Categories: Worship Tags:

At Home in Hell

August 3, 2011 5 comments

by Rina Terry

Lifers understand me best
these days, they say, apartment, not cell,
and the jitterbugs, the gladiators,
make us both twitch. There’s no point
in trying to explain it all, unless you appreciate
the perfected rhythmic sway of a shackled walk
and the dignity of the thick leather belt that holds it
all together at the wrists. Except for those beat down

one too many times, some toothless because
they can’t get fillings here, only extractions
and there’s the art of being extracted—specialty
training at the Academy.
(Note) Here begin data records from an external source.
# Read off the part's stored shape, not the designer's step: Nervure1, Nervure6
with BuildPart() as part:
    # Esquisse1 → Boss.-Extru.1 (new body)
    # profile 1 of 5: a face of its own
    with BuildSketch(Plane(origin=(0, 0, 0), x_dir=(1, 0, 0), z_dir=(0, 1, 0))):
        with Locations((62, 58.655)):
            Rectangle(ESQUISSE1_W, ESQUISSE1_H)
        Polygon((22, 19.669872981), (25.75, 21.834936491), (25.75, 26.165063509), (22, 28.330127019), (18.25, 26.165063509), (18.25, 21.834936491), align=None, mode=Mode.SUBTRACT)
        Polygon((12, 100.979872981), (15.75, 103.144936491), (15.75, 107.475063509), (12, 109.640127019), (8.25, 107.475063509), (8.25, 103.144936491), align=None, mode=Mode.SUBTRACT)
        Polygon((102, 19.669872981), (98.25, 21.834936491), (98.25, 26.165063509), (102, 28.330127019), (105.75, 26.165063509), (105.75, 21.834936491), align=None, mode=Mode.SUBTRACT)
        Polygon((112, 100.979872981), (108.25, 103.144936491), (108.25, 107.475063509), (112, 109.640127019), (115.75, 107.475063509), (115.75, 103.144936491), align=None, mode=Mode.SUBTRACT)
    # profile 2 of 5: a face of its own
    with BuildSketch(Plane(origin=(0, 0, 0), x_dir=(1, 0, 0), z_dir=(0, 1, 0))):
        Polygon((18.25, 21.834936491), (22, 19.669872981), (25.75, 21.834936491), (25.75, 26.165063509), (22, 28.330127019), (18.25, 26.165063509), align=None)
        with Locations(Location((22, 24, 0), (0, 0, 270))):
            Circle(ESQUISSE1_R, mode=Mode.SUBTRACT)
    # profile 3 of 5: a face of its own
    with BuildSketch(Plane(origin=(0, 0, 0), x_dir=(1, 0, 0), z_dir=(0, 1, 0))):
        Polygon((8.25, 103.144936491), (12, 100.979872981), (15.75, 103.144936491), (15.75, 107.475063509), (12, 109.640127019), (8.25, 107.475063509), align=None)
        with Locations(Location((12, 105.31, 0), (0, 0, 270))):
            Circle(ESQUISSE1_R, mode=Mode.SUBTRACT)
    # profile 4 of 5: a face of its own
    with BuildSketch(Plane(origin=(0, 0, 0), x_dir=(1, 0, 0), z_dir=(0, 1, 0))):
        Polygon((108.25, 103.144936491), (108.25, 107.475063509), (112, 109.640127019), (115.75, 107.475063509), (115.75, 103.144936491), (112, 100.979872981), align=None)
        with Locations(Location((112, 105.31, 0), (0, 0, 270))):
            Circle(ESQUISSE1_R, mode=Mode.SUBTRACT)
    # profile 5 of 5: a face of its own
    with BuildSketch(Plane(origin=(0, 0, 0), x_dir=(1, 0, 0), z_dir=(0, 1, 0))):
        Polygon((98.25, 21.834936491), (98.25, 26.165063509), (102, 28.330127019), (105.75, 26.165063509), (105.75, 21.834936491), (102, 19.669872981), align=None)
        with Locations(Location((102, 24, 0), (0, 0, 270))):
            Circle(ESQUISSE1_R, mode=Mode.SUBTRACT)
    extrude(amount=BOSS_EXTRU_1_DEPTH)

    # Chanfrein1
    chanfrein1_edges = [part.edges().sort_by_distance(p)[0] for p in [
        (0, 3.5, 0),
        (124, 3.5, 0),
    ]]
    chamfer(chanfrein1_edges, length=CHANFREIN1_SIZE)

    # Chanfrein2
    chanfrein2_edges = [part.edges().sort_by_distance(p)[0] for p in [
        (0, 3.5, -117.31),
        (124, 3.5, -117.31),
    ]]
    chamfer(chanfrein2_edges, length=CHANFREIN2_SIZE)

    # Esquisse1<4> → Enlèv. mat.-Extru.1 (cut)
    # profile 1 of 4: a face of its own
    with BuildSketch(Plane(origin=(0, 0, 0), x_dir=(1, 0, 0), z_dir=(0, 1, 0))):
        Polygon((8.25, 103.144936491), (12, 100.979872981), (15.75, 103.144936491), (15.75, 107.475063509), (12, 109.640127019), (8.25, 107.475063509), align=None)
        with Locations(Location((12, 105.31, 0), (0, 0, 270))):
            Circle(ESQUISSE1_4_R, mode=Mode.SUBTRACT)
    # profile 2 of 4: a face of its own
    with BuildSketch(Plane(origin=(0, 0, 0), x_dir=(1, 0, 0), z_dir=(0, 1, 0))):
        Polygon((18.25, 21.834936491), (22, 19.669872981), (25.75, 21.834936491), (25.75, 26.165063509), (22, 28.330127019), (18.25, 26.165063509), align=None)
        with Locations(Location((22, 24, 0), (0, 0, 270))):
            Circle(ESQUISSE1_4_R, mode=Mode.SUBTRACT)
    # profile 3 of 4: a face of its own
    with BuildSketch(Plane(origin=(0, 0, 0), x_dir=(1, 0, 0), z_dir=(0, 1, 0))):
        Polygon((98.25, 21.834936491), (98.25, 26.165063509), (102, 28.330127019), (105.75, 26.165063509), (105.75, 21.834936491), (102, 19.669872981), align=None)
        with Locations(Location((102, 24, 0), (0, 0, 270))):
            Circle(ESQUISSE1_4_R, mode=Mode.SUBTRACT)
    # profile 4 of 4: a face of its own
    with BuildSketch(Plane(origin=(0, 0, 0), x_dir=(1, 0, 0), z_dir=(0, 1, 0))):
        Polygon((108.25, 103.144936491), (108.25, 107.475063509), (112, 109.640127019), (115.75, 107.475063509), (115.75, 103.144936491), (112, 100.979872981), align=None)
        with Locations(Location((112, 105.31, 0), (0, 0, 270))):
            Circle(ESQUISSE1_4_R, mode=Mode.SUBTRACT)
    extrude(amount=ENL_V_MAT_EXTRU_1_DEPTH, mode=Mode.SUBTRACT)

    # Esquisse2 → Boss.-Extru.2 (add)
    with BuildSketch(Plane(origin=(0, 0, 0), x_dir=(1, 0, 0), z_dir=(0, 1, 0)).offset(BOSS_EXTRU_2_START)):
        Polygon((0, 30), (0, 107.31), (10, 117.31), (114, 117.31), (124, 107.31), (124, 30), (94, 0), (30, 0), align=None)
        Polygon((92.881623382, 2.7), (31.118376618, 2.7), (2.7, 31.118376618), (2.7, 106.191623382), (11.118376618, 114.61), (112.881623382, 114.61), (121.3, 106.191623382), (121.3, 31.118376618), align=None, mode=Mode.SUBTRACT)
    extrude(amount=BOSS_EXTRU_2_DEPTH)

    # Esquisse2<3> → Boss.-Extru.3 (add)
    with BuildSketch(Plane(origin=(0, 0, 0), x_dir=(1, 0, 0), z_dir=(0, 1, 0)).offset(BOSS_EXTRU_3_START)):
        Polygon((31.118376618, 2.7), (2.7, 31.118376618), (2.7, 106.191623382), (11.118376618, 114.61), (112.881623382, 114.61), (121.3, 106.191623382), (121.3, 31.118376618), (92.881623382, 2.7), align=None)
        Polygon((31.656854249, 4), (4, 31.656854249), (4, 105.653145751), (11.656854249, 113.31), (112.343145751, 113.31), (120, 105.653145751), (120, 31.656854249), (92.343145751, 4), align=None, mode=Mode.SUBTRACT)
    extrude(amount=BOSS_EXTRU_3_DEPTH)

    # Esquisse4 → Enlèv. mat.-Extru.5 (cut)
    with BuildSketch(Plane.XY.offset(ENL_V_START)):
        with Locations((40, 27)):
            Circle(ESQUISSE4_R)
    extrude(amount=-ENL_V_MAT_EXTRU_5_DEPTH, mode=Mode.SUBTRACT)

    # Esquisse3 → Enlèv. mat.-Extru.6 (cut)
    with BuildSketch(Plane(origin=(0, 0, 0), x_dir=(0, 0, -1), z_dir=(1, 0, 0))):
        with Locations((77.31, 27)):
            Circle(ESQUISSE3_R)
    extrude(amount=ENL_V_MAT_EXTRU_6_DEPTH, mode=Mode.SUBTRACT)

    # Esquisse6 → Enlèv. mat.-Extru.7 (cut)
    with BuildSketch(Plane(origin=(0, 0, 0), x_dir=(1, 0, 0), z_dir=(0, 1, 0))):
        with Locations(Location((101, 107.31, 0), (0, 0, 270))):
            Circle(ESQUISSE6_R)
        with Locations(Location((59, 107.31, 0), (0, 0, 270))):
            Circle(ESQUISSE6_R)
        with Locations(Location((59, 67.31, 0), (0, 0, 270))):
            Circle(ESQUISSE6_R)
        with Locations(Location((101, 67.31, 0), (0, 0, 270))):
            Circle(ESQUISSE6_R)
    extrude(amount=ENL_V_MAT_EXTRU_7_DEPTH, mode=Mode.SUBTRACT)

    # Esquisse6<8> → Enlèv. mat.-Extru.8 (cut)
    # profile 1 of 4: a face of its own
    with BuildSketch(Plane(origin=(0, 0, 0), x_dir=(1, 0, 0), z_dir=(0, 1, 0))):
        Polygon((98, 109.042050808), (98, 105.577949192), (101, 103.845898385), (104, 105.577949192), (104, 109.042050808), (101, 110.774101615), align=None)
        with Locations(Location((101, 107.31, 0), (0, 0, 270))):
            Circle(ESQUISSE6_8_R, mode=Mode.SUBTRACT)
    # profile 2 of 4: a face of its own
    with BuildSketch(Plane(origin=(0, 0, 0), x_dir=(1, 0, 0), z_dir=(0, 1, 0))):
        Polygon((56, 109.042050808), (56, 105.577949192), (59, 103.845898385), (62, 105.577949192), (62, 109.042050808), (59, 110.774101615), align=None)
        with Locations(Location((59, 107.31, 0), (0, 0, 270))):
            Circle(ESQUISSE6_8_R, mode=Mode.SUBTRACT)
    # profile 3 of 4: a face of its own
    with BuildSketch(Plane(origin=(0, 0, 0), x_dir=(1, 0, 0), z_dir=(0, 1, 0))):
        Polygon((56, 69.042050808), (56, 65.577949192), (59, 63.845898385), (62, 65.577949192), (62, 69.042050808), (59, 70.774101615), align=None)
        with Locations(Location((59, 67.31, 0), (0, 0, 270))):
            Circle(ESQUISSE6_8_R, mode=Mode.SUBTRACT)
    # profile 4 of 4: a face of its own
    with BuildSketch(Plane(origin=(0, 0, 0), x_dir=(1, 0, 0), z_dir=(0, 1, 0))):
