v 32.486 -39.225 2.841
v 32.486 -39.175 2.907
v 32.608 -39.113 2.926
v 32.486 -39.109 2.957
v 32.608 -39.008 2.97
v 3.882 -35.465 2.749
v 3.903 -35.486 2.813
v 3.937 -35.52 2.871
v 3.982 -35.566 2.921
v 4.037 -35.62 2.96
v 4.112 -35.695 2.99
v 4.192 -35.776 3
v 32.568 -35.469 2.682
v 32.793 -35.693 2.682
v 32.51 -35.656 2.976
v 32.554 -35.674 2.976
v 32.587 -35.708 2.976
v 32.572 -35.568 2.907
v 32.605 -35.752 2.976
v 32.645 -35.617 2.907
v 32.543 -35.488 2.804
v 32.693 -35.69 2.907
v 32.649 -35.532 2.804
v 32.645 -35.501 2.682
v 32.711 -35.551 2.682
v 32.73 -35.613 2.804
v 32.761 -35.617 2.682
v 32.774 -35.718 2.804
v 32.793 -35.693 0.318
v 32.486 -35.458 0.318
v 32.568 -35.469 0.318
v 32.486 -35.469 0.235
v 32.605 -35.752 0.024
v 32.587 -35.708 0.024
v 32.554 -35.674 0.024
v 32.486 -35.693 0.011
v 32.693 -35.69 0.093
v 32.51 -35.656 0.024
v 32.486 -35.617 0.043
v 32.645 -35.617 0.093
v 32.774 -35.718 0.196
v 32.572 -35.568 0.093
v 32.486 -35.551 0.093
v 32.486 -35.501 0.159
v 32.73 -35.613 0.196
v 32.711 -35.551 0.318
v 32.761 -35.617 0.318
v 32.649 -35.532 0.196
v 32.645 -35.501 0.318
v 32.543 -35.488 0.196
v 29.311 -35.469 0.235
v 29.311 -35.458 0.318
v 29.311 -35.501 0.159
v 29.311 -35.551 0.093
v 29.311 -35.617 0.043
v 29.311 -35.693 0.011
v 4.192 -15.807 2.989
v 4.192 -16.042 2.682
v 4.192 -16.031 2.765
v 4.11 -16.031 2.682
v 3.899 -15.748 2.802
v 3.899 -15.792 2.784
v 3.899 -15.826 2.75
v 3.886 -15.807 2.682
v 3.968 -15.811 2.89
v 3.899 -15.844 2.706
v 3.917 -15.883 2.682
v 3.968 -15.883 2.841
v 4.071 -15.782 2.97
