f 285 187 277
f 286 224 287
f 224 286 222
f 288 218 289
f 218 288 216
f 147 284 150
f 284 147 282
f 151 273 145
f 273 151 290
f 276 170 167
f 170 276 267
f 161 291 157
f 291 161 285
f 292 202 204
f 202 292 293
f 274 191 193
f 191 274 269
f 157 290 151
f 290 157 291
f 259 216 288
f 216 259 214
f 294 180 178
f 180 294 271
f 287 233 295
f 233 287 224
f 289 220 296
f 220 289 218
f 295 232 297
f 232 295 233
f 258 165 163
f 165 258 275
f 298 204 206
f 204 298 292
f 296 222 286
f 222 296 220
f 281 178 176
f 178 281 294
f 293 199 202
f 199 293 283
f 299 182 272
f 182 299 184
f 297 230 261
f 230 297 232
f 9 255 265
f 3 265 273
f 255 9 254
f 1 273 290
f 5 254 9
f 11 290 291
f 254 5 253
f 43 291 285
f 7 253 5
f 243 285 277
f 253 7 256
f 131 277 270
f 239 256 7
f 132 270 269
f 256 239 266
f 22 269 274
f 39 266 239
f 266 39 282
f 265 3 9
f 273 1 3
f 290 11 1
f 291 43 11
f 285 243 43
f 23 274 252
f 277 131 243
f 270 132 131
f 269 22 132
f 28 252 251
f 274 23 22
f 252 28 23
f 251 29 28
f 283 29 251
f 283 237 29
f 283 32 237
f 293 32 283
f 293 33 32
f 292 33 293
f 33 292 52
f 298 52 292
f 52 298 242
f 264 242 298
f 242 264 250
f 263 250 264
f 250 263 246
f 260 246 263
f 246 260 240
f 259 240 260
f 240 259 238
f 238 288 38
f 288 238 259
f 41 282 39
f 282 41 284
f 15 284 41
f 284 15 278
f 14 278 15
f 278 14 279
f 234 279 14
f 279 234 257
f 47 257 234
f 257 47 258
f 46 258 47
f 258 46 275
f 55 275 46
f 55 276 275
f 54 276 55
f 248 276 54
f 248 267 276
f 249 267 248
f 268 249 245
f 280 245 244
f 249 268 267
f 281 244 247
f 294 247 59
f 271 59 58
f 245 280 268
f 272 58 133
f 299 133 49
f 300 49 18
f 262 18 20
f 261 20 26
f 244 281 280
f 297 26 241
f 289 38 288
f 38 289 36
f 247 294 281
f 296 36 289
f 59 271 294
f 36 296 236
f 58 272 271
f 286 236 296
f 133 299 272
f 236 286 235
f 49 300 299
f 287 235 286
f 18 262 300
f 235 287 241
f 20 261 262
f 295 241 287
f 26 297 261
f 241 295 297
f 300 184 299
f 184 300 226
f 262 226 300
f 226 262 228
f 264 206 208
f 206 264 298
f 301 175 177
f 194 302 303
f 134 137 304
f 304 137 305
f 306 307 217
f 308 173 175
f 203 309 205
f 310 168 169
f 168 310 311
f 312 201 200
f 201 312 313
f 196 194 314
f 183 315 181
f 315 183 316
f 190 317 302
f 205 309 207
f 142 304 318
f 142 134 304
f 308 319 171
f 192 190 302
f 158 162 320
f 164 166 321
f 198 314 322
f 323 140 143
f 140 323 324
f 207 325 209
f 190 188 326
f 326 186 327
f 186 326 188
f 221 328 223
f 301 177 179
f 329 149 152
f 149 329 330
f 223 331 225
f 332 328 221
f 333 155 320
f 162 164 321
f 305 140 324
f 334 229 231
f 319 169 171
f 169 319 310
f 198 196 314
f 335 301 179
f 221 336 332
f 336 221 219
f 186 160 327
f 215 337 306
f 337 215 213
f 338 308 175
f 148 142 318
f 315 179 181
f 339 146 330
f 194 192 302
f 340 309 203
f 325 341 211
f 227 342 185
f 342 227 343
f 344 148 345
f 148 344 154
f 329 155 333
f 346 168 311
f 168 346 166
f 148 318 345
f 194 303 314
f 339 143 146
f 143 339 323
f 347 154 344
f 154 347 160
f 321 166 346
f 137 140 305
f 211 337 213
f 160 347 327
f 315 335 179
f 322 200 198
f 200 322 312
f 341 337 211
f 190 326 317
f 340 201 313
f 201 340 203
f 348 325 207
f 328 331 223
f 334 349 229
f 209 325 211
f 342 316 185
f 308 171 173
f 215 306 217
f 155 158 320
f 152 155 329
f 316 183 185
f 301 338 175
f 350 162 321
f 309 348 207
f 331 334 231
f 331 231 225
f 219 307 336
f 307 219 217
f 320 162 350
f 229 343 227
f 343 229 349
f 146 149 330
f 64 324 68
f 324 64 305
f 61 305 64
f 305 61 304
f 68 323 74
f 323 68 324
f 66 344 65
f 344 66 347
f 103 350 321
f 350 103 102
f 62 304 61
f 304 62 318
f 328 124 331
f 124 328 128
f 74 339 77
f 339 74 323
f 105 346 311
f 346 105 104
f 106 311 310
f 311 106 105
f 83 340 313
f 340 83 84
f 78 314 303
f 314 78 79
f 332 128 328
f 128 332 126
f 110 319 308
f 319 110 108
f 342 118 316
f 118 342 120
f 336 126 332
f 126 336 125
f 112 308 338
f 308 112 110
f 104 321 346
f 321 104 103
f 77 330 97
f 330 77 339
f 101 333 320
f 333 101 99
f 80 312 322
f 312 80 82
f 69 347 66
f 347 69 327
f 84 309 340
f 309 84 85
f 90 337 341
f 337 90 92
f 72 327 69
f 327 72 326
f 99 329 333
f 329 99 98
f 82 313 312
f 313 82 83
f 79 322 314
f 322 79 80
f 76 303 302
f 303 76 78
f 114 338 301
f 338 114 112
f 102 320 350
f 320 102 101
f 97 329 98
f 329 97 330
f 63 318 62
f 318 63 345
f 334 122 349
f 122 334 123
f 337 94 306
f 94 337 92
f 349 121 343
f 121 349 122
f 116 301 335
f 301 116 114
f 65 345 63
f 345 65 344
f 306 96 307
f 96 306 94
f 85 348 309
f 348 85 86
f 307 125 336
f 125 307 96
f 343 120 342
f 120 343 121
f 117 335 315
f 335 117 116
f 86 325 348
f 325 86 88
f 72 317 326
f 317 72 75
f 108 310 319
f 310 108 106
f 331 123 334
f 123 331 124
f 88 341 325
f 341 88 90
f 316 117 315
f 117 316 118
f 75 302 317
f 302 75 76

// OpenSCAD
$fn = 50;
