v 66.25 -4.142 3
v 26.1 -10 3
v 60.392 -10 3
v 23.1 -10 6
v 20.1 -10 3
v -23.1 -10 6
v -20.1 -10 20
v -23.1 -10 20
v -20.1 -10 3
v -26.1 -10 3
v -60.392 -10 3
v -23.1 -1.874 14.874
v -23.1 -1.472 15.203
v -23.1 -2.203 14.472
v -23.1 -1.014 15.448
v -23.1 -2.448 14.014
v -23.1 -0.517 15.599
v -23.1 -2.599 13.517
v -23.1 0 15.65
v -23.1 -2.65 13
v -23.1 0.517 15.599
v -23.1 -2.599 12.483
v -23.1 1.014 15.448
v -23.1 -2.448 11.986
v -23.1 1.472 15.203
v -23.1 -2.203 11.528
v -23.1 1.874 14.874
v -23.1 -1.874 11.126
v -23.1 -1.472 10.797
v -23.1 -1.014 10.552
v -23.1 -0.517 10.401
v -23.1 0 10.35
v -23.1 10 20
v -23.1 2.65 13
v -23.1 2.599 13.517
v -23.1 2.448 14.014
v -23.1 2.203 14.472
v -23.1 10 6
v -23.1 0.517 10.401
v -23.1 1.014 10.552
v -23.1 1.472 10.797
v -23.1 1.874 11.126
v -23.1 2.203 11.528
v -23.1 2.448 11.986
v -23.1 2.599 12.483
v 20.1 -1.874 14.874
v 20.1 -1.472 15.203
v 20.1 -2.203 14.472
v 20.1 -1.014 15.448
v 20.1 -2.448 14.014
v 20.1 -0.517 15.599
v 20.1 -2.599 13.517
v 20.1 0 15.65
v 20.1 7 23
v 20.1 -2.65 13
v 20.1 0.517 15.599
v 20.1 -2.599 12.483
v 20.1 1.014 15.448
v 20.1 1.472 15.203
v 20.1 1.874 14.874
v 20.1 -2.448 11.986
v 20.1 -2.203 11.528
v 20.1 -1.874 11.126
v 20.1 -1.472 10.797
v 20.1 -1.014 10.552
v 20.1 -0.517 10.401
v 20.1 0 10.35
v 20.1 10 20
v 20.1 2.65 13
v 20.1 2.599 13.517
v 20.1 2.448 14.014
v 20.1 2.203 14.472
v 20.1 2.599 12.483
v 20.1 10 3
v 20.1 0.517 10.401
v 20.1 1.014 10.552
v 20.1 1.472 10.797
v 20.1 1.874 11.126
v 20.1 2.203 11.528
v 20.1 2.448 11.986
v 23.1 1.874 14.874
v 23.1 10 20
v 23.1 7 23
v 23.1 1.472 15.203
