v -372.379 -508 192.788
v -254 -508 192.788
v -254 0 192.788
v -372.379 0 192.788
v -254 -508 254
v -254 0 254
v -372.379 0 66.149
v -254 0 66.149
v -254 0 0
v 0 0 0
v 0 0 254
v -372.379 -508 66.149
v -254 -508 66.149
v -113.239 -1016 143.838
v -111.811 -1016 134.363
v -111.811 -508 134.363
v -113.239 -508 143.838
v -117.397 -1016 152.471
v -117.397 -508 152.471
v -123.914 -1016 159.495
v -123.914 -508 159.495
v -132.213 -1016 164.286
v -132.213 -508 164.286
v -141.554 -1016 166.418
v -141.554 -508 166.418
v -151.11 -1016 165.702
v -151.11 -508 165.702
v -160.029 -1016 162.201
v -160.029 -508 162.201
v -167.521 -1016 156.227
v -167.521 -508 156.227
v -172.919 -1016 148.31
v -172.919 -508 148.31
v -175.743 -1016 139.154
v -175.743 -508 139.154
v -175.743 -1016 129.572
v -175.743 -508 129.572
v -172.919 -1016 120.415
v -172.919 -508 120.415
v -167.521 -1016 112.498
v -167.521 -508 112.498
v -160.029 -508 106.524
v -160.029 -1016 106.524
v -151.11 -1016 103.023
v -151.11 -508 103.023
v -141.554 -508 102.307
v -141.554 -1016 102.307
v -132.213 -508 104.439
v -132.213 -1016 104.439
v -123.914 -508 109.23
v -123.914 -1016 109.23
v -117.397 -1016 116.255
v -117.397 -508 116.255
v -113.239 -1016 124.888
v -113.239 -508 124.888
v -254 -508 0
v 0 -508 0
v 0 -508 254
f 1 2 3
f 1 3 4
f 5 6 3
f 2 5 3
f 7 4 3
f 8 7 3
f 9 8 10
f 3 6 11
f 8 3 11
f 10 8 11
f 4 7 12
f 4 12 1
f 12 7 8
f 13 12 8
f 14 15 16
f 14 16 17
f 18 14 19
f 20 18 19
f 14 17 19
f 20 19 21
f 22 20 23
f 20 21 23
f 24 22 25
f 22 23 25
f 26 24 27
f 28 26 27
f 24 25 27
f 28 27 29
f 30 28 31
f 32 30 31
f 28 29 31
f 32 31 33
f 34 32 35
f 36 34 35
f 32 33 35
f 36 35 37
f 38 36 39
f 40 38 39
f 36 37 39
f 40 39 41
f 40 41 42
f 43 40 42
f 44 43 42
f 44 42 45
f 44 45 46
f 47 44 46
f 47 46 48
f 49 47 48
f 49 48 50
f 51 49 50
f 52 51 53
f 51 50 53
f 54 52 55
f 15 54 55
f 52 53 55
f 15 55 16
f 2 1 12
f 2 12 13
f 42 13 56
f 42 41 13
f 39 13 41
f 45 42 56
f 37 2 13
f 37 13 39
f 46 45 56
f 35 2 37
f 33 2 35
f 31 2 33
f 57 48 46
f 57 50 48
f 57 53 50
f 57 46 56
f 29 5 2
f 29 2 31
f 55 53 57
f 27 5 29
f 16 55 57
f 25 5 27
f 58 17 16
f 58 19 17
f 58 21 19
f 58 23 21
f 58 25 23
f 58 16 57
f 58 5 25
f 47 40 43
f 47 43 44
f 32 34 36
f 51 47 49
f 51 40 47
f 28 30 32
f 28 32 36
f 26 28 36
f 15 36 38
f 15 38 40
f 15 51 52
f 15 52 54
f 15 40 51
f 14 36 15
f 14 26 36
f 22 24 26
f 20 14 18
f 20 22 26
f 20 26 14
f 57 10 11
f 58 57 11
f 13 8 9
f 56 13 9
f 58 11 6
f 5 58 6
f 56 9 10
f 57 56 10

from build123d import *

# Parameters (mm, degrees)
F0_W     = 118.379154
F0_H     = 126.638353
F1_DEPTH = 508
F2_R     = 32.145306
F3_DEPTH = 508
F4_DEPTH = 508
F5_DEPTH = 508


with BuildPart() as f1:
    # F0 (on Front) → F1 (new body)
    with BuildSketch(Plane.XZ):
        Polygon((-254, 0), (0, 0), (0, 254), (-254, 254), (-254, 192.787692), (-254, 66.149339), align=None)
        with Locations((-313.189577, 129.468515)):
            Rectangle(F0_W, F0_H)
    extrude(amount=F1_DEPTH)

    # F2 (on face) → F3 (join)
    with BuildSketch(Plane.XZ.offset(508)):
        with Locations((-143.956617, 134.362638)):
            Circle(F2_R)
    extrude(amount=-F3_DEPTH)

    # F2 (on face) + F1_face (on face) → F4 (join)
    with BuildSketch(Plane.XZ.offset(508)):
        with Locations((-143.956617, 134.362638)):
            Circle(F2_R)
    with BuildSketch(Plane(origin=(-162.106588, -508, 127.465446), x_dir=(1, 0, 0), z_dir=(0, -1, 0))):
        Polygon((-91.893412, -127.465446), (162.106588, -127.465446), (162.106588, 126.534554), (-91.893412, 126.534554), (-91.893412, 65.322246), (-210.272566, 65.322246), (-210.272566, -61.316107), (-91.893412, -61.316107), align=None)
    extrude(amount=-F4_DEPTH)

    # F2 (on face) → F5 (join)
    with BuildSketch(Plane.XZ.offset(508)):
        with Locations((-143.956617, 134.362638)):
            Circle(F2_R)
    extrude(amount=F5_DEPTH)


solid = f1.part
Darth Vader gear a tip-
off—there’s trouble on the tier. Someone tripped
and fell through a third-tier window, into the yard,

gets 172 stitches and disappears North for
Ad Seg. Later you hear the rumor he’s dead
or worse. Got himself a woman on the inside,
then you know, his last appeal was one turn down
too many, parole, just one hit after another,
he tells his lady to fa’get about it. Move on

with her life. Now Juan’s back, his lady will phone me. Beg me
to call him out and talk to him. She’ll tell me about the kids,
how they are crying to go see their papi, how she truly loves
him. She will wait as long as it takes. Juan, he’s usin’ again;
I see the junkie sweat, even though he cleaned up, used oils

for our date and put his khaki’s between Mass Movement’s
mattresses, to press a crease in his pants. I have hot water, a rule
I break every day, and offer him herbal tea. He gave up caffeine
two bids ago, says it makes him mind when they push up
and that’s dangerous. We remember how he slit Chico’s throat
with a box cutter, though neither of us mentions it today;
we talk about my publication and he nods in approval, Mi
Reverenda, he says, gruff with affection. High praise; I blush.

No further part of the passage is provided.